Question

The sum of the 4th and the 8th of an AP is 24 and the sum of 6th and 10th is 44.Find the sum of the first five terms of the AP

Answer 1

Solution:-

Let:-

• The 1st term of AP=a
• The common difference=d

Given in 1st case:-

• The sum of 4th and 8th term of AP=24

Formula used:-

• An=a+(n-1)d

==>a+3d+a+7d=24

==>2a+10d=24

• dividing by 2 on both sides

==>a+5d=12-----(i)

Given in 2nd case:-

• The sum of 6th and 10th term of AP=44

==>a+5d+a+9d=44

==>2a+14d=44

• dividing by 2 on both sides

==>a+7d=22-----(ii)

• by solving equation 1 and 2 here

==>a+5d=12

==>a+7d=22

• by solving we get

==>-2d=-10

==>d=5

• putting the value of d=5 in eq 1

==>a+5d=12

==>a+25=12

==>a=12-25

==>a=-13

• Now, find the sum of 5th term of AP

Formula used here,

==>Sn=n/2{2a+(n-1)d}

==>S5=5/2{2×(-13)+(5-1)×5

==>S5=5/2{-26+20}

==>S5=5/2×(-6)

==>S5=-15

Hence,

• The sum of 5th term of AP is -15

Answer 2

It is given that, the sum of the 4th and the 8th of an AP is 24 and the sum of 6th and 10th is 44.

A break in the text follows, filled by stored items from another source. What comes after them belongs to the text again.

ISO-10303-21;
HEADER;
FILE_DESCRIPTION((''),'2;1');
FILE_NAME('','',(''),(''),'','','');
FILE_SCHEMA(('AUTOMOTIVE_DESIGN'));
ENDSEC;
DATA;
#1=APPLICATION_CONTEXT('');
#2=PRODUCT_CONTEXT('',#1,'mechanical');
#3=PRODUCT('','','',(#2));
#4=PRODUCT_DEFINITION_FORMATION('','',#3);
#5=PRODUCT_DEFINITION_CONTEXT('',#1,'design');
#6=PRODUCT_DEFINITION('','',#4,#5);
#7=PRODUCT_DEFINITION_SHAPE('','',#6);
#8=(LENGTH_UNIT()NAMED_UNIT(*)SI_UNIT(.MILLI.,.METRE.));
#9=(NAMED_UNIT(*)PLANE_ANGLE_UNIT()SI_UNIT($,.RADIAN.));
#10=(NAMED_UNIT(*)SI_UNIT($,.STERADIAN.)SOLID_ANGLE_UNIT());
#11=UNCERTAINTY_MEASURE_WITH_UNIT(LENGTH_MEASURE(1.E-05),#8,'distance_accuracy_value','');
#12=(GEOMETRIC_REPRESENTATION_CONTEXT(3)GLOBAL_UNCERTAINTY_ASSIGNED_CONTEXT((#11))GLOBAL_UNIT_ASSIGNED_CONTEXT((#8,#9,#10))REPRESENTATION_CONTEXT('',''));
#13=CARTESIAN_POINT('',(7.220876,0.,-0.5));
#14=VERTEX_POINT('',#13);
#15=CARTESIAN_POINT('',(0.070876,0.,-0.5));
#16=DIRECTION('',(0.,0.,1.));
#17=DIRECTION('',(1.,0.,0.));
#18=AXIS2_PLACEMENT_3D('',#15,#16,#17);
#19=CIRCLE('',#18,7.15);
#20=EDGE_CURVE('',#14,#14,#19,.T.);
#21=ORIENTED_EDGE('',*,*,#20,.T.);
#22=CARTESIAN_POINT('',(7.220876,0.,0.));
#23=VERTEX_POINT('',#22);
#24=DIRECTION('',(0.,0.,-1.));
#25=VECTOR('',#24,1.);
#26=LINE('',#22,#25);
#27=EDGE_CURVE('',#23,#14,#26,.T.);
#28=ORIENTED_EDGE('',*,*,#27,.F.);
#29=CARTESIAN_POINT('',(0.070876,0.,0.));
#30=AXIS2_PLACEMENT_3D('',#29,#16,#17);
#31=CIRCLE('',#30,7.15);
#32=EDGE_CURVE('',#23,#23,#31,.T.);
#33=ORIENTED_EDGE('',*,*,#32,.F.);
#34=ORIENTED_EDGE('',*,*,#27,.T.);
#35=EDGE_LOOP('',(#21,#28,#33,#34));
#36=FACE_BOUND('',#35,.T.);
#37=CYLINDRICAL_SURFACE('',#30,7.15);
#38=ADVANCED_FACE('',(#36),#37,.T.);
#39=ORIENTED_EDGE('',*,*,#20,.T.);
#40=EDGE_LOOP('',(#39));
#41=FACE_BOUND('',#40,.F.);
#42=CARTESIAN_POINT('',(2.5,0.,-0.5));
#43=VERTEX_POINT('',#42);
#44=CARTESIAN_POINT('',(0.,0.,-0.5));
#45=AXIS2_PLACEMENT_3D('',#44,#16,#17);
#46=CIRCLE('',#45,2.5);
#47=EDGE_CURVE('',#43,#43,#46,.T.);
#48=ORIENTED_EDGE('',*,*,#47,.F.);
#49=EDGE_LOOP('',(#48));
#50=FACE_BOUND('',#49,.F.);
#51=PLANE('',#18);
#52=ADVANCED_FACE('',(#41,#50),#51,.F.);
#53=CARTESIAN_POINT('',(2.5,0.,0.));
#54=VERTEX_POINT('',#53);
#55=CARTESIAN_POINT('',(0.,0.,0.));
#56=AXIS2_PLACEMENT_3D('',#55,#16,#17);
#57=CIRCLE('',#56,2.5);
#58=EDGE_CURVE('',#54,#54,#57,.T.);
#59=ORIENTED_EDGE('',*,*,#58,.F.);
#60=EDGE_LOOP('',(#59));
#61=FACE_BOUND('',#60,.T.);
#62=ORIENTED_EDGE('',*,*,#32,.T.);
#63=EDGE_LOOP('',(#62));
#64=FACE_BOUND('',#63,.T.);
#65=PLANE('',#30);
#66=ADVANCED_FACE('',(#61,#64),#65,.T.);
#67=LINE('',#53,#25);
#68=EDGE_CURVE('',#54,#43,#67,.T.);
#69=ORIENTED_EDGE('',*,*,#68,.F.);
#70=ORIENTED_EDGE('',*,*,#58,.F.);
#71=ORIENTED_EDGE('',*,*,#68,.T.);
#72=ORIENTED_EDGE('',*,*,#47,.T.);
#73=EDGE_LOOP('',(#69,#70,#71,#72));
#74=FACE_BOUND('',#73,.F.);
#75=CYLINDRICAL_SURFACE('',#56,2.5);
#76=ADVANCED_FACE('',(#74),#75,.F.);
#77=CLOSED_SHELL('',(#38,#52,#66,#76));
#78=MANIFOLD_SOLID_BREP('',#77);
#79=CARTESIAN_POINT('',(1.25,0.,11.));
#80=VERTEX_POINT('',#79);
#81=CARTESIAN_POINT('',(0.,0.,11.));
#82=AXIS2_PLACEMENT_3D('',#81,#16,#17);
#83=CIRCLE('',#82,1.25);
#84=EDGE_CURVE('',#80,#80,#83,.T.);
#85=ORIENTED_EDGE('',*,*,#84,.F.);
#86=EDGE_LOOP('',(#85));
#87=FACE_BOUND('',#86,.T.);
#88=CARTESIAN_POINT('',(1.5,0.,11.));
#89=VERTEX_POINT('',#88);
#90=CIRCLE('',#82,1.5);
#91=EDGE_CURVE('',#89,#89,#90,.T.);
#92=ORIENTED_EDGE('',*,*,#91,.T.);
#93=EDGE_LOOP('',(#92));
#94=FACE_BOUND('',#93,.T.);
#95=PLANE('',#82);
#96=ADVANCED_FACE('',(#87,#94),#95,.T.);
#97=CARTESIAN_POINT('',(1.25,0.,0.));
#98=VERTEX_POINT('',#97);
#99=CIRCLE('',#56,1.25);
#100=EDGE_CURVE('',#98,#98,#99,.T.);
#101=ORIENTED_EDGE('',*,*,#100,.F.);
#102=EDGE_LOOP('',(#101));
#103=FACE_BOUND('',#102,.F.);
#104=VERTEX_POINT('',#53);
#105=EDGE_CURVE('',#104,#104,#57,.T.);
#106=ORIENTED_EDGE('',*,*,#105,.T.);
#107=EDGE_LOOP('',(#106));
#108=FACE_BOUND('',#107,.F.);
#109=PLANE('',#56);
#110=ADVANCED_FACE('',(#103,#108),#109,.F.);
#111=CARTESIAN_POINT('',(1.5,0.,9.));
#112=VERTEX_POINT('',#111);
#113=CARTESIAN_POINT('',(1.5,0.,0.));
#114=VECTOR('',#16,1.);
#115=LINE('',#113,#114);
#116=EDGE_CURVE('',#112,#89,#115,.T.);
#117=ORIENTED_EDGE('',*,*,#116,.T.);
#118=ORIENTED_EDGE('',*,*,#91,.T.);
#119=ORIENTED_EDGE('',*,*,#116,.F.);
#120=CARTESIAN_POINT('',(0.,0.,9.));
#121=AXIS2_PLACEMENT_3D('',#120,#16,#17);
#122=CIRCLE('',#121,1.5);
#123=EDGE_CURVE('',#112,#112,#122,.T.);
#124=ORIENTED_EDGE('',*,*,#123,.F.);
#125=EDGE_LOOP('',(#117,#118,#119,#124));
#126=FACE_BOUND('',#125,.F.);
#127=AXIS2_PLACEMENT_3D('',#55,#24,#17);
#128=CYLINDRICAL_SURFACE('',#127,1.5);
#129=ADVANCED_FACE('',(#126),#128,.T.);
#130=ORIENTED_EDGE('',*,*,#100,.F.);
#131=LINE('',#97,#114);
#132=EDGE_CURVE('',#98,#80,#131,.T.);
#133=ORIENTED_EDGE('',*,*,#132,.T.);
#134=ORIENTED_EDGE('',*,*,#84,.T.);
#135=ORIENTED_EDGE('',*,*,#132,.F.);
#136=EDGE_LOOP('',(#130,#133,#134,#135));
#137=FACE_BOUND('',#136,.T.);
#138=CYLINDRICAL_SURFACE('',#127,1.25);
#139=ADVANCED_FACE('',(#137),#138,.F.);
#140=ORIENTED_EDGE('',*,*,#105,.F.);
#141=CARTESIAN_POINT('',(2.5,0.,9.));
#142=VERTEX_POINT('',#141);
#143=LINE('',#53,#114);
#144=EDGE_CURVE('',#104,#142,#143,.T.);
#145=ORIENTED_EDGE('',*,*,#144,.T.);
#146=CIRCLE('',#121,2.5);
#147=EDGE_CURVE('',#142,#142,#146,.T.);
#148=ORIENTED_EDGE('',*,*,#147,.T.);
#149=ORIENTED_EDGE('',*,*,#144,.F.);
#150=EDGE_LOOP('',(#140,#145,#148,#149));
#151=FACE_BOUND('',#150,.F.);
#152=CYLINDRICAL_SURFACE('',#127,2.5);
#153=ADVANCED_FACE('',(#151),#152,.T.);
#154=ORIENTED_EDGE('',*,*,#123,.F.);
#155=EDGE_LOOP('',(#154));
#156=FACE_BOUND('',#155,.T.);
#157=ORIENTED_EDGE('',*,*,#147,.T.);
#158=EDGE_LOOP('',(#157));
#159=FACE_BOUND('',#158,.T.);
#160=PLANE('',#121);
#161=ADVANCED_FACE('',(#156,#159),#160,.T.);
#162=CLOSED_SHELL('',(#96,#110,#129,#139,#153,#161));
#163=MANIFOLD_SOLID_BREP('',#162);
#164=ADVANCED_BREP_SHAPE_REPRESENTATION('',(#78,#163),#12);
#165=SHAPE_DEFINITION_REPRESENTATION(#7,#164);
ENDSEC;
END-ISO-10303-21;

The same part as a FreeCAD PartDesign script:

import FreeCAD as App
import Part
import Sketcher
Q = App.Units.Quantity

doc = App.newDocument("Part")
body = doc.addObject("PartDesign::Body", "Body")

sketch1 = doc.addObject("Sketcher::SketchObject", "Sketch")
body.addObject(sketch1)
sketch1.AttachmentSupport = (doc.XY_Plane, [""])
sketch1.MapMode = "FlatFace"
sketch1.addGeometry(Part.Circle(App.Vector(0, 0, 0), App.Vector(0, 0, 1), 2.5), False)
sketch1.addGeometry(Part.Circle(App.Vector(0, 0, 0), App.Vector(0, 0, 1), 1.5), False)
sketch1.addConstraint(Sketcher.Constraint("Coincident", 0, 3, -1, 1))
sketch1.addConstraint(Sketcher.Constraint("Coincident", 1, 3, -1, 1))
sketch1.addConstraint(Sketcher.Constraint("Diameter", 0, Q("5 mm")))
sketch1.addConstraint(Sketcher.Constraint("Diameter", 1, Q("3 mm")))
pad1 = doc.addObject("PartDesign::Pad", "Pad")
body.addObject(pad1)
pad1.Profile = sketch1
pad1.Length = 9

sketch2 = doc.addObject("Sketcher::SketchObject", "Sketch001")
body.addObject(sketch2)
sketch2.AttachmentSupport = (doc.XY_Plane, [""])
sketch2.MapMode = "FlatFace"
sketch2.addGeometry(Part.Circle(App.Vector(0, 0, 0), App.Vector(0, 0, 1), 1.5), False)
sketch2.addGeometry(Part.Circle(App.Vector(0, 0, 0), App.Vector(0, 0, 1), 1.2), False)
sketch2.addConstraint(Sketcher.Constraint("Coincident", 0, 3, -1, 1))
sketch2.addConstraint(Sketcher.Constraint("Coincident", 1, 3, -1, 1))
sketch2.addConstraint(Sketcher.Constraint("Diameter", 0, Q("3 mm")))
sketch2.addConstraint(Sketcher.Constraint("Diameter", 1, Q("2.5 mm")))
pad2 = doc.addObject("PartDesign::Pad", "Pad001")
body.addObject(pad2)
pad2.Profile = sketch2
pad2.Length = 11
body2 = doc.addObject("PartDesign::Body", "Body001")

sketch3 = doc.addObject("Sketcher::SketchObject", "Sketch002")
body2.addObject(sketch3)
sketch3.AttachmentSupport = (doc.getObject("XY_Plane001"), [""])
sketch3.MapMode = "FlatFace"
sketch3.addGeometry(Part.Circle(App.Vector(0.1, 0, 0), App.Vector(0, 0, 1), 7.2), False)
sketch3.addGeometry(Part.Circle(App.Vector(0, 0, 0), App.Vector(0, 0, 1), 2.5), False)
sketch3.addConstraint(Sketcher.Constraint("Coincident", 1, 3, -1, 1))
sketch3.addConstraint(Sketcher.Constraint("PointOnObject", 0, 3, -1))
sketch3.addConstraint(Sketcher.Constraint("Diameter", 1, Q("5 mm")))
sketch3.addConstraint(Sketcher.Constraint("Diameter", 0, Q("14.3 mm")))
sketch3.addConstraint(Sketcher.Constraint("DistanceX", -1, 1, 0, 3, Q("0.070876 mm")))
pad3 = doc.addObject("PartDesign::Pad", "Pad002")
body2.addObject(pad3)
pad3.Profile = sketch3
pad3.Length = 0.5
pad3.Reversed = True

doc.recompute()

We need to find the sum of the first five terms of the AP.

We know that,

$\bold{\displaystyle{\tt{a_n=a+(n-1)d}}}$

So,

$\displaystyle{\tt{a_4=a+3d}}\\\displaystyle{\tt{a_8=a + 7d}}\\\displaystyle{\tt{a_6=a+5d}}\\\displaystyle{\tt{a_{10}=a+9d}}$

A/q,

$\displaystyle{\tt{a_4+a_8=a+3d+a+7d=24}}$

$\displaystyle{\tt{\implies 2a+10d=24}}\\\displaystyle{\tt{\implies a+5d=12}}\\\displaystyle{\tt{\implies a=12-5d}}\:\:\:\:\:\:\:\: \cdots(i)$

and

$\displaystyle{\tt{a_6+a_{10}=a+5d+a+9d=44}}$

$\displaystyle{\tt{\implies 2a+14d=44}}\\\displaystyle{\tt{\implies a+7d=22}}\\\displaystyle{\tt{\implies 12-5d+7d=22}}\:\:\:\:\:\:\:\:\sf{[From\ (i)]}\\\displaystyle{\tt{\implies 12+2d=22}}\\\displaystyle{\tt{\implies d+6=11}}\\\displaystyle{\tt{\implies d=11-6}}\\\boxed{\displaystyle{\tt{\implies d=5}}}$

Putting d = 6 in eq.(i) :-

$\displaystyle{\tt{a=12-5d}}\\\displaystyle{\tt{\implies a=12-5(5)}}\\\displaystyle{\tt{\implies a=12-25}}\\\boxed{\displaystyle{\tt{\implies a=-13}}}$

Now, we know that, the sum of an AP is :-

$\displaystyle{\tt{S=\frac{n}{2}[2a+(n-1)d] }}$

In the AP,

• a = -13

• d = 5

As we have to find the sum of first 5 terms, so n = 5.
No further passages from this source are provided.